How many sq ft are you looking to get sprayed? I own a sprayfoam business in New York and can tell you if your being overcharged.


----------



## velvetfoot (Feb 12, 2014)

Anywhere near Albany?


----------



## dja950 (Feb 12, 2014)

I'm out of Syracuse ny....closed cell does cost more but your also getting twice the r value per inch. The product we're spraying now is r7.4 per inch, and the open cell is only 3.6 per inch. So while per inch the cost is more, cost for similar r value is closer to even if that makes sense.


----------



## velvetfoot (Feb 12, 2014)

I was thinking there could be some water involvement through cracks at the sill, which I would assume closed cell would be better.


----------



## woodgeek (Feb 12, 2014)

Yup.  The rooms above are too cold for comfort, due to the room underneath that is not too cold for comfort.  Presumably the rooms above have more cold-sensitive people than the OP, and the OP doesn't mind the cooler temp in the basement 'man-cave'.  Confusing, but makes sense.  The rims will make the room below warmer, and the rooms/floors above a little warmer too, and match the modern aesthetics.  

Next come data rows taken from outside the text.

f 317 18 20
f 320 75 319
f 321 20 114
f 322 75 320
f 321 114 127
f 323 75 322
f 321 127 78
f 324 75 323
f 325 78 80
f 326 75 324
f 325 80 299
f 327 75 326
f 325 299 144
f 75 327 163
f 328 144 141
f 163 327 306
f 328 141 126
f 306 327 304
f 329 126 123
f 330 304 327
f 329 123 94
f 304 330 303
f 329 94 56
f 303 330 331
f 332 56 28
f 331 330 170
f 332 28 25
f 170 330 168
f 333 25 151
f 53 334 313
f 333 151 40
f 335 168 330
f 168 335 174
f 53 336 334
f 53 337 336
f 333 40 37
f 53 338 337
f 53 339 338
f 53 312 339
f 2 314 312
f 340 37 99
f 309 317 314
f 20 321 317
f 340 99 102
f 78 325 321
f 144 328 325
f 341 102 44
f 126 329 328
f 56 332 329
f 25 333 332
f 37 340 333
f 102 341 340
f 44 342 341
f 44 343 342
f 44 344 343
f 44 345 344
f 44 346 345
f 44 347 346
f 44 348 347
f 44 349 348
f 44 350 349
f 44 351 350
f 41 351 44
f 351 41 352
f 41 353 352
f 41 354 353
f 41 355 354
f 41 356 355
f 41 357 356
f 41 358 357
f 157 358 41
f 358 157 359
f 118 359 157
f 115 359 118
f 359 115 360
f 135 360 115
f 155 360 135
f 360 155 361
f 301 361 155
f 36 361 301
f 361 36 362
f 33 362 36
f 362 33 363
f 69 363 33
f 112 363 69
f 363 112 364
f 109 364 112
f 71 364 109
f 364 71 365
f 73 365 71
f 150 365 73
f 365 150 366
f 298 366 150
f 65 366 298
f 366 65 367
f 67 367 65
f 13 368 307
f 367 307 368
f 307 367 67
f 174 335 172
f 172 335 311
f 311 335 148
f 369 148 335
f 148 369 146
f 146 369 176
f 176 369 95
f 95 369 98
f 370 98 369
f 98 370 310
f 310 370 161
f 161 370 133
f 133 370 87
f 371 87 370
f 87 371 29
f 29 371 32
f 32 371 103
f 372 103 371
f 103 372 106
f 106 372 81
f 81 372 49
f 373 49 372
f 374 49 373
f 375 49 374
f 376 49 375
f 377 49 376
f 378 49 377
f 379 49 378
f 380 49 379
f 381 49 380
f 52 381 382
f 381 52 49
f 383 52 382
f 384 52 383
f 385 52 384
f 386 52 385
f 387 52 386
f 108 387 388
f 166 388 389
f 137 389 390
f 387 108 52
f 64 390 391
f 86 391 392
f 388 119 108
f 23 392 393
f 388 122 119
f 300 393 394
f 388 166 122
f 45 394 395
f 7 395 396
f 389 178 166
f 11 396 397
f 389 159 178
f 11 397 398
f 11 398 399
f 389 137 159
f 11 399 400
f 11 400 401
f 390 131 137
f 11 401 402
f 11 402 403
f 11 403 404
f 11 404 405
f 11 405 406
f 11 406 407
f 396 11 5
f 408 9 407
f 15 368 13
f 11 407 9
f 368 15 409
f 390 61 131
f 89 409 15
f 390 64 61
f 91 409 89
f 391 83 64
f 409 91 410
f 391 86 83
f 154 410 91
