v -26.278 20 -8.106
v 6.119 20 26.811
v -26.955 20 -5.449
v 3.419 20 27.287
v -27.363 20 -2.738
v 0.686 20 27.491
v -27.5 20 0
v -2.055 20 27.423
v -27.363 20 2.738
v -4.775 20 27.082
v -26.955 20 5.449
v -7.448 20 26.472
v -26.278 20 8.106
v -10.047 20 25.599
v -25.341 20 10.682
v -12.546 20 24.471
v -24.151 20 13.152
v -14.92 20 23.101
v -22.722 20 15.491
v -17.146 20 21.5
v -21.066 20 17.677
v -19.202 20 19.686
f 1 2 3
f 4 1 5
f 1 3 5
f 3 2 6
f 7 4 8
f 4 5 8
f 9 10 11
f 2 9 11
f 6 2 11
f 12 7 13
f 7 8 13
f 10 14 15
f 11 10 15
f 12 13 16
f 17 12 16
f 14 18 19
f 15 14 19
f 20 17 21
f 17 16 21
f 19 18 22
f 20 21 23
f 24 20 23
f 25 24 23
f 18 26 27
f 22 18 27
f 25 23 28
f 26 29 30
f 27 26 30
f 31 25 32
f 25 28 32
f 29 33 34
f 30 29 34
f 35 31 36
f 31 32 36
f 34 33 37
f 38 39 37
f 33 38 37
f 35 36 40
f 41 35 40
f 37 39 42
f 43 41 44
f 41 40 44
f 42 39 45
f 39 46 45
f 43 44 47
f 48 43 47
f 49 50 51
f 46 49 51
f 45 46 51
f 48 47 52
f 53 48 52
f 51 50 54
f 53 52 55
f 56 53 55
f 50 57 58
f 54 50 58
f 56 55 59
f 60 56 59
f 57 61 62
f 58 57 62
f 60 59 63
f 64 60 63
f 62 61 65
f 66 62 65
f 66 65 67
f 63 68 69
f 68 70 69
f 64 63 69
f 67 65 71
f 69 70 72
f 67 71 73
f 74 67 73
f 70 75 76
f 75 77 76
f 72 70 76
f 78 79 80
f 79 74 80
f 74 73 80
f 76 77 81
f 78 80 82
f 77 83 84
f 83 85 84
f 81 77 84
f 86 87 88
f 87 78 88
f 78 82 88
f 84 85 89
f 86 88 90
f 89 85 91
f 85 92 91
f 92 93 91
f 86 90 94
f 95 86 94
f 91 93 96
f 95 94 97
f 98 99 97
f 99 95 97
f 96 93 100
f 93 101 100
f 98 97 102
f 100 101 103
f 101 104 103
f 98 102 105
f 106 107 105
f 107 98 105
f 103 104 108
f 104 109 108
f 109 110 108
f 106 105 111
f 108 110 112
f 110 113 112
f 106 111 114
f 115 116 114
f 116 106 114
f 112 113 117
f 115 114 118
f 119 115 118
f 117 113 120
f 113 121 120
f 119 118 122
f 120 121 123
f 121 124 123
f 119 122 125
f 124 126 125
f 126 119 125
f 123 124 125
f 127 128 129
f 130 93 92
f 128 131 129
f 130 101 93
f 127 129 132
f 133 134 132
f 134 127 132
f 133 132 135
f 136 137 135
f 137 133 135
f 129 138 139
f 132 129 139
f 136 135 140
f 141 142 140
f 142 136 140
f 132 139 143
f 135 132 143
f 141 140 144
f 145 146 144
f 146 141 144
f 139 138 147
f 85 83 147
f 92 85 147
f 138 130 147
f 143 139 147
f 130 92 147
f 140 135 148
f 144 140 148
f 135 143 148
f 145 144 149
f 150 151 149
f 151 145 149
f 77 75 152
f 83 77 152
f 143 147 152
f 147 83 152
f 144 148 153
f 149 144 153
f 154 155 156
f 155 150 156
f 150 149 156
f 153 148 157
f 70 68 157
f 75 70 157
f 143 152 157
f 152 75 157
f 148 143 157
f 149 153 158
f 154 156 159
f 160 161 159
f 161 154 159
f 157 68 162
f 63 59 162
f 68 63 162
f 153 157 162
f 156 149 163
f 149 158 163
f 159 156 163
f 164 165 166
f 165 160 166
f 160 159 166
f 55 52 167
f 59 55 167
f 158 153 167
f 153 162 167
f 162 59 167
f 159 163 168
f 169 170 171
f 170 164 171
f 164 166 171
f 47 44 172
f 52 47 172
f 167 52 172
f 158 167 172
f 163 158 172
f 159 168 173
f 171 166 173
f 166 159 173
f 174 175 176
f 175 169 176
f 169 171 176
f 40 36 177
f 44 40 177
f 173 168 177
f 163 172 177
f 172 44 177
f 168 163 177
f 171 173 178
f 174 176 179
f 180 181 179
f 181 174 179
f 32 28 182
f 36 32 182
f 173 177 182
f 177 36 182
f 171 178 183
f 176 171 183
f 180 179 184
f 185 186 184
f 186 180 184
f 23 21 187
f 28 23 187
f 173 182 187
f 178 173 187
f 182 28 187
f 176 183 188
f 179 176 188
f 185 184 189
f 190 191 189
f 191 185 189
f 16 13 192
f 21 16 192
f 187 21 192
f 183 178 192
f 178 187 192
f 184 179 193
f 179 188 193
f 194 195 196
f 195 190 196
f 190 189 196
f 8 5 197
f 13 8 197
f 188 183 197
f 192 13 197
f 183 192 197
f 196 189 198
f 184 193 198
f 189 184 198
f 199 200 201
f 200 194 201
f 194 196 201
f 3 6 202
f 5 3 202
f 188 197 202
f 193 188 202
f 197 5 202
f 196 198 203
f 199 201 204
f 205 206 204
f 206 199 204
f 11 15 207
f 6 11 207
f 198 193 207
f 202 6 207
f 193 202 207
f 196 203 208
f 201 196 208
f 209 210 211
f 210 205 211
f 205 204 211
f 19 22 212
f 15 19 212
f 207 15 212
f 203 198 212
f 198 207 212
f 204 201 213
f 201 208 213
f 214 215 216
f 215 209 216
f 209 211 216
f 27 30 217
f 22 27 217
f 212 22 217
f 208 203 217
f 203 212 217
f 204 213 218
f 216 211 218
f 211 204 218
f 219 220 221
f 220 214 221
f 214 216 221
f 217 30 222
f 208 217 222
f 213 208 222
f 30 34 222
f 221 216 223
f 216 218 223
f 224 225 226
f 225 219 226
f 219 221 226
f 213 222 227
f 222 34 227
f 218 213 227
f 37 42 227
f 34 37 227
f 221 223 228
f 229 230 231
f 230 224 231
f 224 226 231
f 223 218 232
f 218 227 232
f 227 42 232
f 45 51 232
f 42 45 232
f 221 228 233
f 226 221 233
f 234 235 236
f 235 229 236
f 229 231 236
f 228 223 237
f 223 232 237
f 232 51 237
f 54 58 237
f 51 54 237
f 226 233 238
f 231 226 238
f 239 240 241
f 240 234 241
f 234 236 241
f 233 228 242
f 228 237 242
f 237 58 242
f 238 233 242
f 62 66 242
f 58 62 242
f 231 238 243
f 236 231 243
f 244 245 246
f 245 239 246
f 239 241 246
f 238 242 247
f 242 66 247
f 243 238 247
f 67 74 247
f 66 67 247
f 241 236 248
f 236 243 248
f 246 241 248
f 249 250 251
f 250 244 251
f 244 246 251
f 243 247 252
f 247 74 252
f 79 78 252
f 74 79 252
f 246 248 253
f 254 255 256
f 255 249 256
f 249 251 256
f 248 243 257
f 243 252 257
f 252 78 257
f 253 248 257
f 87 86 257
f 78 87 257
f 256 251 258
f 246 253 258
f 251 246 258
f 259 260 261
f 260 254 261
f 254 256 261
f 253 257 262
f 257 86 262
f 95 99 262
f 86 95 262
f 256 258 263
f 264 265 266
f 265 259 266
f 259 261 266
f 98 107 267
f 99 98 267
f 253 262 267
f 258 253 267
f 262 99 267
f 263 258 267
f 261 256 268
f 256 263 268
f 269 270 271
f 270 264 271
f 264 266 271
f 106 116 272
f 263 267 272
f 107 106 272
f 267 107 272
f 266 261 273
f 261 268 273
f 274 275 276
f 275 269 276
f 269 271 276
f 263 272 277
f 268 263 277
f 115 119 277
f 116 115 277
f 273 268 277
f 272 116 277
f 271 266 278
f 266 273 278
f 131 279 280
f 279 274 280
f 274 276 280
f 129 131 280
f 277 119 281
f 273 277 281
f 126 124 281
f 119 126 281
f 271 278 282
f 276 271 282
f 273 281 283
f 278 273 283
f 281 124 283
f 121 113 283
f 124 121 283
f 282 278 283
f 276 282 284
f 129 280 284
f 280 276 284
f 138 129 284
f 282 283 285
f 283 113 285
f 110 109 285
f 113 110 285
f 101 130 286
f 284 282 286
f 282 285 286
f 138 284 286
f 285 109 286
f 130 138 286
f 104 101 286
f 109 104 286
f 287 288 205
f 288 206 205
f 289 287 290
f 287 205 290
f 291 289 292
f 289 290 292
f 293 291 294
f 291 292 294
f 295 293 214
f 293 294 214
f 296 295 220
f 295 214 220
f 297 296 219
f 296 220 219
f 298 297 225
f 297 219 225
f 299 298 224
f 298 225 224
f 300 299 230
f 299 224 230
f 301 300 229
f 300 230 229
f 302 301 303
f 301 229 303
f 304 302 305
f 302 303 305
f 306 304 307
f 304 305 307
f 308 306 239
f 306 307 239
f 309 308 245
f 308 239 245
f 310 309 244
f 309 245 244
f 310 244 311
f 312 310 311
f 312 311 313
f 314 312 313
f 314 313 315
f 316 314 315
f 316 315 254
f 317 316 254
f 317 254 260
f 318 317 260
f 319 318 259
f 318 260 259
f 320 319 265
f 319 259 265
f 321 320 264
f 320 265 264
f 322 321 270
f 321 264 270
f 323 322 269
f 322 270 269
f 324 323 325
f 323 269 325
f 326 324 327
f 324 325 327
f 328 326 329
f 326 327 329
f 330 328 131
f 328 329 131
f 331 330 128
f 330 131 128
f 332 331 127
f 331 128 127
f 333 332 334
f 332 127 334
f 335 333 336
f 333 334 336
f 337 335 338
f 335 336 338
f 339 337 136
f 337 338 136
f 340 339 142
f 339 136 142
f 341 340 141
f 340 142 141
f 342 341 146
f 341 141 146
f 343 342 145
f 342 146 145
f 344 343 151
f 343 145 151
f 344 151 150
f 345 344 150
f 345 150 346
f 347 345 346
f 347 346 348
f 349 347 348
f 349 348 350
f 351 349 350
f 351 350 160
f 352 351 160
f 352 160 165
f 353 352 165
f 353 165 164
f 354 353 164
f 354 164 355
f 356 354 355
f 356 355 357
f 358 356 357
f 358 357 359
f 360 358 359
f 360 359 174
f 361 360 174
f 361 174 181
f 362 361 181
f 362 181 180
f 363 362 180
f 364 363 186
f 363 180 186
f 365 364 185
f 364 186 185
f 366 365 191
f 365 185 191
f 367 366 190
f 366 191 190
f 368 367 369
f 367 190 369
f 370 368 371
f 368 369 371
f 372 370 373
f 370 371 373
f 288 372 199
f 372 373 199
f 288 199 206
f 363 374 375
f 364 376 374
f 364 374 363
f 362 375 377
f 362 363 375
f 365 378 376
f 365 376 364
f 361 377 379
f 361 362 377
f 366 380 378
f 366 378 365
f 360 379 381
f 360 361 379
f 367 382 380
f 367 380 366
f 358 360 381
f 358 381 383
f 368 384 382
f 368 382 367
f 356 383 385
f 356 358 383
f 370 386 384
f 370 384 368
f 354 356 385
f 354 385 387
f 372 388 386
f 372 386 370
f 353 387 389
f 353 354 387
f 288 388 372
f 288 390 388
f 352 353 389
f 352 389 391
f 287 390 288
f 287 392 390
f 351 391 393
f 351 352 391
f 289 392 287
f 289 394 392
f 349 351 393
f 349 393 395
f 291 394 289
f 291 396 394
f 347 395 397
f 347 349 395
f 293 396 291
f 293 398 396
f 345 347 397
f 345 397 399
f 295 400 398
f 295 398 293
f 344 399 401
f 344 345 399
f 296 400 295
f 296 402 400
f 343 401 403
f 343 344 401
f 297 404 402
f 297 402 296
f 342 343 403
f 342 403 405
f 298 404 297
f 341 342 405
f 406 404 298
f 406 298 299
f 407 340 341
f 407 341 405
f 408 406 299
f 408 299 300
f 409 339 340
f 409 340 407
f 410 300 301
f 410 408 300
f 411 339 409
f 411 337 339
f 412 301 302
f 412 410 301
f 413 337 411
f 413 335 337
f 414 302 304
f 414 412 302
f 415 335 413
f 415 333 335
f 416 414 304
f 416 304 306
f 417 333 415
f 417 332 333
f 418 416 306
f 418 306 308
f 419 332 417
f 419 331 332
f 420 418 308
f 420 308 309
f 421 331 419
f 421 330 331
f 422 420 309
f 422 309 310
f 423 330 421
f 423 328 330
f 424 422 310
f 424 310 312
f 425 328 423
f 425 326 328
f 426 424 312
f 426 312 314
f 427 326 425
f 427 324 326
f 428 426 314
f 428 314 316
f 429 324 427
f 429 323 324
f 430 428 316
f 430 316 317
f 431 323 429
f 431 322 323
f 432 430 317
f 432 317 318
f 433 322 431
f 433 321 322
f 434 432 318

So, after the sill work, you are hoping that the cold-sensitive folks upstairs will stop griping, and if the basement is still a little cool, that is fine with you.  And you will save energy.

Our insulation plans will def make the upstairs and the basement 'comfy' and save even more energy, but that is not really the goal.  Got it.

I am worried that what if when you are done, the upstairs people are still cold, even though you are NOT cold in the basement?  They will want action.  An insert in the basement will eat a lot of BTUs and send most to the earth.  Getting the upstairs warm might require overheating of the basement, which would be undesirable for the most cold-resistant resident.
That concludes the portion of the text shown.